DATA FOR ANALYSIS:
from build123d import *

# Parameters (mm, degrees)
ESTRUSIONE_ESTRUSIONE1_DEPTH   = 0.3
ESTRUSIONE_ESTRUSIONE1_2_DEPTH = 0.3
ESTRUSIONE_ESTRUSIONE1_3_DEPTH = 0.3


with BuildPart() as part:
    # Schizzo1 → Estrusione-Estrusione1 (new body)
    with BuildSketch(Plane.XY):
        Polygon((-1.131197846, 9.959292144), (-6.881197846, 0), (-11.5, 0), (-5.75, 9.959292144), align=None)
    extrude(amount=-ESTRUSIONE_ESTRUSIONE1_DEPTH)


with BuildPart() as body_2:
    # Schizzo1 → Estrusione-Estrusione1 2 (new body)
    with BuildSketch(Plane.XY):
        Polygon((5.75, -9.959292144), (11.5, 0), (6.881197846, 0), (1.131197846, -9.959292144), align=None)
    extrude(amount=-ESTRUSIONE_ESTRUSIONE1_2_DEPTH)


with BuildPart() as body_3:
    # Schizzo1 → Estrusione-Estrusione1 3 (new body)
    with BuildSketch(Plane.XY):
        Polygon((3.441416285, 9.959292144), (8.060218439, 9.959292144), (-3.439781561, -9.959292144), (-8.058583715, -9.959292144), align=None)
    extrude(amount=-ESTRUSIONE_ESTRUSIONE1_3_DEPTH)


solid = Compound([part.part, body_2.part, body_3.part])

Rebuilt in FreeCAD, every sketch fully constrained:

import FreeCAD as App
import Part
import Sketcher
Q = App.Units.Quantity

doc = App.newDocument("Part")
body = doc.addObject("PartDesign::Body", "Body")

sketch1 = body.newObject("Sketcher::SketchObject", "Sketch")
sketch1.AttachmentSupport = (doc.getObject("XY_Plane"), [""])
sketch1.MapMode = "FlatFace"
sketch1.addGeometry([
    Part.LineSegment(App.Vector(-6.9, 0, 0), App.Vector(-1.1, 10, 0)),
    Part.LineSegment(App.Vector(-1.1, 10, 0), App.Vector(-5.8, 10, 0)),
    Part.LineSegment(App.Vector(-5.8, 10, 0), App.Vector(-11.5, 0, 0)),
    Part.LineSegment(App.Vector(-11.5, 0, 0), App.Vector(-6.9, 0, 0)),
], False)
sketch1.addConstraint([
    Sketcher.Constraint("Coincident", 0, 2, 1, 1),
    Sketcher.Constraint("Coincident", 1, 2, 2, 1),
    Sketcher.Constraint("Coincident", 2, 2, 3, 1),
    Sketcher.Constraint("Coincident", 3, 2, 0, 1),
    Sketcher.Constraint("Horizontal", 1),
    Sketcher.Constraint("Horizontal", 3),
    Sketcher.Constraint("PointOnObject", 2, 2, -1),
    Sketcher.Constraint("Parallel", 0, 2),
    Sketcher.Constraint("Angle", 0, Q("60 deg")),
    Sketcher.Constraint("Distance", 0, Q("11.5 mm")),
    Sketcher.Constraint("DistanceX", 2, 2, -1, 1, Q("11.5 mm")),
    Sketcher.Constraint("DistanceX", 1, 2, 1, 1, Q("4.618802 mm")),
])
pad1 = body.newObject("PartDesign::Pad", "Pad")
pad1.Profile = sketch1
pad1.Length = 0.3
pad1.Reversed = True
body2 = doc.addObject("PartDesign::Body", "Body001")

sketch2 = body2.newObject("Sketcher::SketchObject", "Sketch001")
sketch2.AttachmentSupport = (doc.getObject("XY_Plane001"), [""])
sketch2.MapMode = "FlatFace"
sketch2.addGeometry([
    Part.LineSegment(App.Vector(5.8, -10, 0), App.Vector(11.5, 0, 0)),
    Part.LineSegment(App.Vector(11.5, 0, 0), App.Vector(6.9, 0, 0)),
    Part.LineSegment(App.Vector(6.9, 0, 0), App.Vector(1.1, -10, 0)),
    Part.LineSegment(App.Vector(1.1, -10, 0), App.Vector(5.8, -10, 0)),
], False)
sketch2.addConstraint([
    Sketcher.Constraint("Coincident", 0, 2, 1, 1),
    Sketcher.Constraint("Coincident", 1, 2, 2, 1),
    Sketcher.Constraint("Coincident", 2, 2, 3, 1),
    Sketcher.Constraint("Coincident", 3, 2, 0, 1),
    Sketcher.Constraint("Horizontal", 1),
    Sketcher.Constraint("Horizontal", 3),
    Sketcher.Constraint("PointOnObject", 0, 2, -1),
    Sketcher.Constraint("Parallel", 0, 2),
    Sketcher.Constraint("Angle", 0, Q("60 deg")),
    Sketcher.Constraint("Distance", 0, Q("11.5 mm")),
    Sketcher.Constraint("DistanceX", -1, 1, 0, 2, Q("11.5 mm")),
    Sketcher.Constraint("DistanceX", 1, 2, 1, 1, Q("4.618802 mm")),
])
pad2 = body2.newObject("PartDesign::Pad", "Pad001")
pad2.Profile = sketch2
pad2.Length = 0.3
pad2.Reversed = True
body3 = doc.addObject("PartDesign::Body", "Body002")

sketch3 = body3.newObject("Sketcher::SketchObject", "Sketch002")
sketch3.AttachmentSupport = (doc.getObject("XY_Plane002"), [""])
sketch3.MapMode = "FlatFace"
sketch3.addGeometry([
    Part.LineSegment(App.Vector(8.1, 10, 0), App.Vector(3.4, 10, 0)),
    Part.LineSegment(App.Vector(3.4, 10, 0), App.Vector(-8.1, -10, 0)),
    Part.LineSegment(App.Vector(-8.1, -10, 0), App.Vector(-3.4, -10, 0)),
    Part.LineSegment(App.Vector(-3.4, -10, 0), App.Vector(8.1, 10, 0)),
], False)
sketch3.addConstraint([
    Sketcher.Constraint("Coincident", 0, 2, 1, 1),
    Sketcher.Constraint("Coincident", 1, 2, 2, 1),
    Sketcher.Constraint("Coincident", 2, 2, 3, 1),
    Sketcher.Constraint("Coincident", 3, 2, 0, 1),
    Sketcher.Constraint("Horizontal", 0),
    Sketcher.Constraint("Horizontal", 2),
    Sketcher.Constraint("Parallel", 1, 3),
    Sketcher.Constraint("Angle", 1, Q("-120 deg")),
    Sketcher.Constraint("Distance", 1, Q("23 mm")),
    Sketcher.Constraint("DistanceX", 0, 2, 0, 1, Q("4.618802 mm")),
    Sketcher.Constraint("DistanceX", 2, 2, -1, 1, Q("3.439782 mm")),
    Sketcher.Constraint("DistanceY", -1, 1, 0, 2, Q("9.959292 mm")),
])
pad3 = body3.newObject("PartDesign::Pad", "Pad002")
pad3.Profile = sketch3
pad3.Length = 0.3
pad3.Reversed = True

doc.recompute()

---

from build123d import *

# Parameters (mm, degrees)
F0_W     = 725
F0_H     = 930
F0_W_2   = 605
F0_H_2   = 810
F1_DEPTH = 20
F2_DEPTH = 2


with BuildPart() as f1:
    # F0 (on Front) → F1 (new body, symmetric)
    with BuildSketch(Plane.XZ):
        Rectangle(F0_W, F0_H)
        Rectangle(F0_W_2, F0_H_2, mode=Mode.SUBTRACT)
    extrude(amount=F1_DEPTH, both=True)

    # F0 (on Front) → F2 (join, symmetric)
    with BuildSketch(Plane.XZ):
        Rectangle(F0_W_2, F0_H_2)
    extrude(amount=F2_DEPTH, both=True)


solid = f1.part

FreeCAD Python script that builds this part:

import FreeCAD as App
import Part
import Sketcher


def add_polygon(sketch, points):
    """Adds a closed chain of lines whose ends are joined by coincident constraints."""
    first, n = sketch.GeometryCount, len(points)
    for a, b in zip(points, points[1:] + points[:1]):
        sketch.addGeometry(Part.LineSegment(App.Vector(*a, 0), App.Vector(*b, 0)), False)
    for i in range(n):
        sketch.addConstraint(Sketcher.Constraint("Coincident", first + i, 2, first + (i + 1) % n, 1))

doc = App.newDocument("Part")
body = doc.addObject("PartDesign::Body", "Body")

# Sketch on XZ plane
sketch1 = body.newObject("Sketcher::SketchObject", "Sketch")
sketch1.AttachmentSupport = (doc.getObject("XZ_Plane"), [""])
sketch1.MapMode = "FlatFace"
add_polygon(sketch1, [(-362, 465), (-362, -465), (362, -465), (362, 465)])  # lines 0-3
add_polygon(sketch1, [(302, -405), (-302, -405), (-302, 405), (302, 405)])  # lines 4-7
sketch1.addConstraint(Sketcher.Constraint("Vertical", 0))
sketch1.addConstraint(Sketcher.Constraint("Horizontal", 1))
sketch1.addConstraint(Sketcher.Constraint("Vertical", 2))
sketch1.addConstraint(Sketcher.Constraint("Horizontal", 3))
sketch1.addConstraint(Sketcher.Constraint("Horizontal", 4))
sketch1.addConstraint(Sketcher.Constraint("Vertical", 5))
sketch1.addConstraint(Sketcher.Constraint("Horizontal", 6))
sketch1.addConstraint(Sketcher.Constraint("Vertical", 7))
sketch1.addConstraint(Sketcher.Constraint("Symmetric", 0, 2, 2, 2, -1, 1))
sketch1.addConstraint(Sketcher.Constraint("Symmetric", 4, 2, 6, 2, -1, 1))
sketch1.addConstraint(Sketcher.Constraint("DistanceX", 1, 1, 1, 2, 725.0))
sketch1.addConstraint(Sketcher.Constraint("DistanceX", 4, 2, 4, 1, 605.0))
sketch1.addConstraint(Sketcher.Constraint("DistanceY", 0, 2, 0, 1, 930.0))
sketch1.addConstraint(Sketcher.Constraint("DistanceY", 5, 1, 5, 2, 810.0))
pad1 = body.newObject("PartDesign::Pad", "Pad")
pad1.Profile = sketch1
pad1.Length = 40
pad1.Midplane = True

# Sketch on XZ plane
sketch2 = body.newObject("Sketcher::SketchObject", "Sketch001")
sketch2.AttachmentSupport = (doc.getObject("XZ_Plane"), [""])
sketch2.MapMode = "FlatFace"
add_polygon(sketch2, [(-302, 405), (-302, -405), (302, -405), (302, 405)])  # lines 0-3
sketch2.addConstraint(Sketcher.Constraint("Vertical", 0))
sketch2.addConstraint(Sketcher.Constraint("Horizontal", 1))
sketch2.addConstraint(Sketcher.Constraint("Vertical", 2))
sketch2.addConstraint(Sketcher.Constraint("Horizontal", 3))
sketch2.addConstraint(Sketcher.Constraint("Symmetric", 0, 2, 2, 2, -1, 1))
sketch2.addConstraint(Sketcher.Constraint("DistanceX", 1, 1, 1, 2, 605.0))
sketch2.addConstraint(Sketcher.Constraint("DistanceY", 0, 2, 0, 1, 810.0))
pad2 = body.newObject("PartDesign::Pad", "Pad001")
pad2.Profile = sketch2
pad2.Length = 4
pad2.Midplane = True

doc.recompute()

* * *

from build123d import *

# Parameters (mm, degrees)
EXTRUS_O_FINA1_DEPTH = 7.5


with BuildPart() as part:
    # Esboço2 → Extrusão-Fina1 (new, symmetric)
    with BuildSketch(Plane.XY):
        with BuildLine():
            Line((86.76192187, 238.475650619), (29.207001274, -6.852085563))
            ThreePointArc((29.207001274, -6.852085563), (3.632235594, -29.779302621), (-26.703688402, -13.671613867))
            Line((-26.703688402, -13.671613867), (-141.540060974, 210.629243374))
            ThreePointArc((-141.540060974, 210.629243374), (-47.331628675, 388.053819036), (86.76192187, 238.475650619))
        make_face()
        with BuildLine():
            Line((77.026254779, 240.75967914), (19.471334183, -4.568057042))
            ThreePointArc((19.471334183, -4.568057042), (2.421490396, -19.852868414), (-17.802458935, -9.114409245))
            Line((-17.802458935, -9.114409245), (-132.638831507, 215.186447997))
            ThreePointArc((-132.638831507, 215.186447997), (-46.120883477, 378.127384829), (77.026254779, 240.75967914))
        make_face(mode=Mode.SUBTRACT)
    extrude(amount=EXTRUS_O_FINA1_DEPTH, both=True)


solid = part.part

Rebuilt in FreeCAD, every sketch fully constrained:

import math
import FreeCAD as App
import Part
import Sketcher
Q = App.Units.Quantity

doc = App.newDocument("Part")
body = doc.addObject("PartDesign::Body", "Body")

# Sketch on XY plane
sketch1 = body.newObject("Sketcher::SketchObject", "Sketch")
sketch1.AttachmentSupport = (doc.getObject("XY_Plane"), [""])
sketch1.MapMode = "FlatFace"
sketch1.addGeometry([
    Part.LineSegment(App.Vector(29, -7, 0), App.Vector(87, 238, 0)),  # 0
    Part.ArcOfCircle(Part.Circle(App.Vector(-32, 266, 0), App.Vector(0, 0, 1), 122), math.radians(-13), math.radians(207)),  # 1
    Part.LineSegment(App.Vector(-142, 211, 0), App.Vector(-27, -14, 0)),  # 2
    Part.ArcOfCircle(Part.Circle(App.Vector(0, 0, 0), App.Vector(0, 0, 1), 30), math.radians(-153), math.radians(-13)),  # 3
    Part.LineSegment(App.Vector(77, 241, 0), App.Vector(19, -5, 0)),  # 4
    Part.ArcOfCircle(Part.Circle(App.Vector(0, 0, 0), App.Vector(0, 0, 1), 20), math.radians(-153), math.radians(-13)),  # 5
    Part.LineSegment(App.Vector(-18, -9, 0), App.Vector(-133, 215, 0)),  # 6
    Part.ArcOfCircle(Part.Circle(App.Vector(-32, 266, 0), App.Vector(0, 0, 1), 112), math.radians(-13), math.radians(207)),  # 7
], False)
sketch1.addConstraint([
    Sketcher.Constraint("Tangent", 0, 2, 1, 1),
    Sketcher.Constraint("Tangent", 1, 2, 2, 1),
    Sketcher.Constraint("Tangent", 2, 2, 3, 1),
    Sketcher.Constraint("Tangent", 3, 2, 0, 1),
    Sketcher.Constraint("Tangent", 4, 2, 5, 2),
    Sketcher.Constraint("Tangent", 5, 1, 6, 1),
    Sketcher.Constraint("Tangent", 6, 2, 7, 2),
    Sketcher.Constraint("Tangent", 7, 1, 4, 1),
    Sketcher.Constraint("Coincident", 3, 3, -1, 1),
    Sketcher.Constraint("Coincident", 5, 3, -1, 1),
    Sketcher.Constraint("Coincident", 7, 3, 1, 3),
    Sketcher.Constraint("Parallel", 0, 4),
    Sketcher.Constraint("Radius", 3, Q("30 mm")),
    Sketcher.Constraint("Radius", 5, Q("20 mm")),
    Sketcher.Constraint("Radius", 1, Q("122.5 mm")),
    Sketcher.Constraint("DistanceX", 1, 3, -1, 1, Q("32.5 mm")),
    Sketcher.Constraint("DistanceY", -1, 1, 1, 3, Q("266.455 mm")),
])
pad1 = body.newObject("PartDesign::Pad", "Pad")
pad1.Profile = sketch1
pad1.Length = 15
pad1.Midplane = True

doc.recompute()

ABOUT THIS EXERCISE: Retype exactly, and only, the lines above from the one where "Rectangle(F0_W_2, F0_H_2, mode=Mode.SUBTRACT)" occurs up to and including the one where "FreeCAD Python script" occurs.

WRITTEN RESPONSE:
        Rectangle(F0_W_2, F0_H_2, mode=Mode.SUBTRACT)
    extrude(amount=F1_DEPTH, both=True)

    # F0 (on Front) → F2 (join, symmetric)
    with BuildSketch(Plane.XZ):
        Rectangle(F0_W_2, F0_H_2)
    extrude(amount=F2_DEPTH, both=True)


solid = f1.part

FreeCAD Python script that builds this part:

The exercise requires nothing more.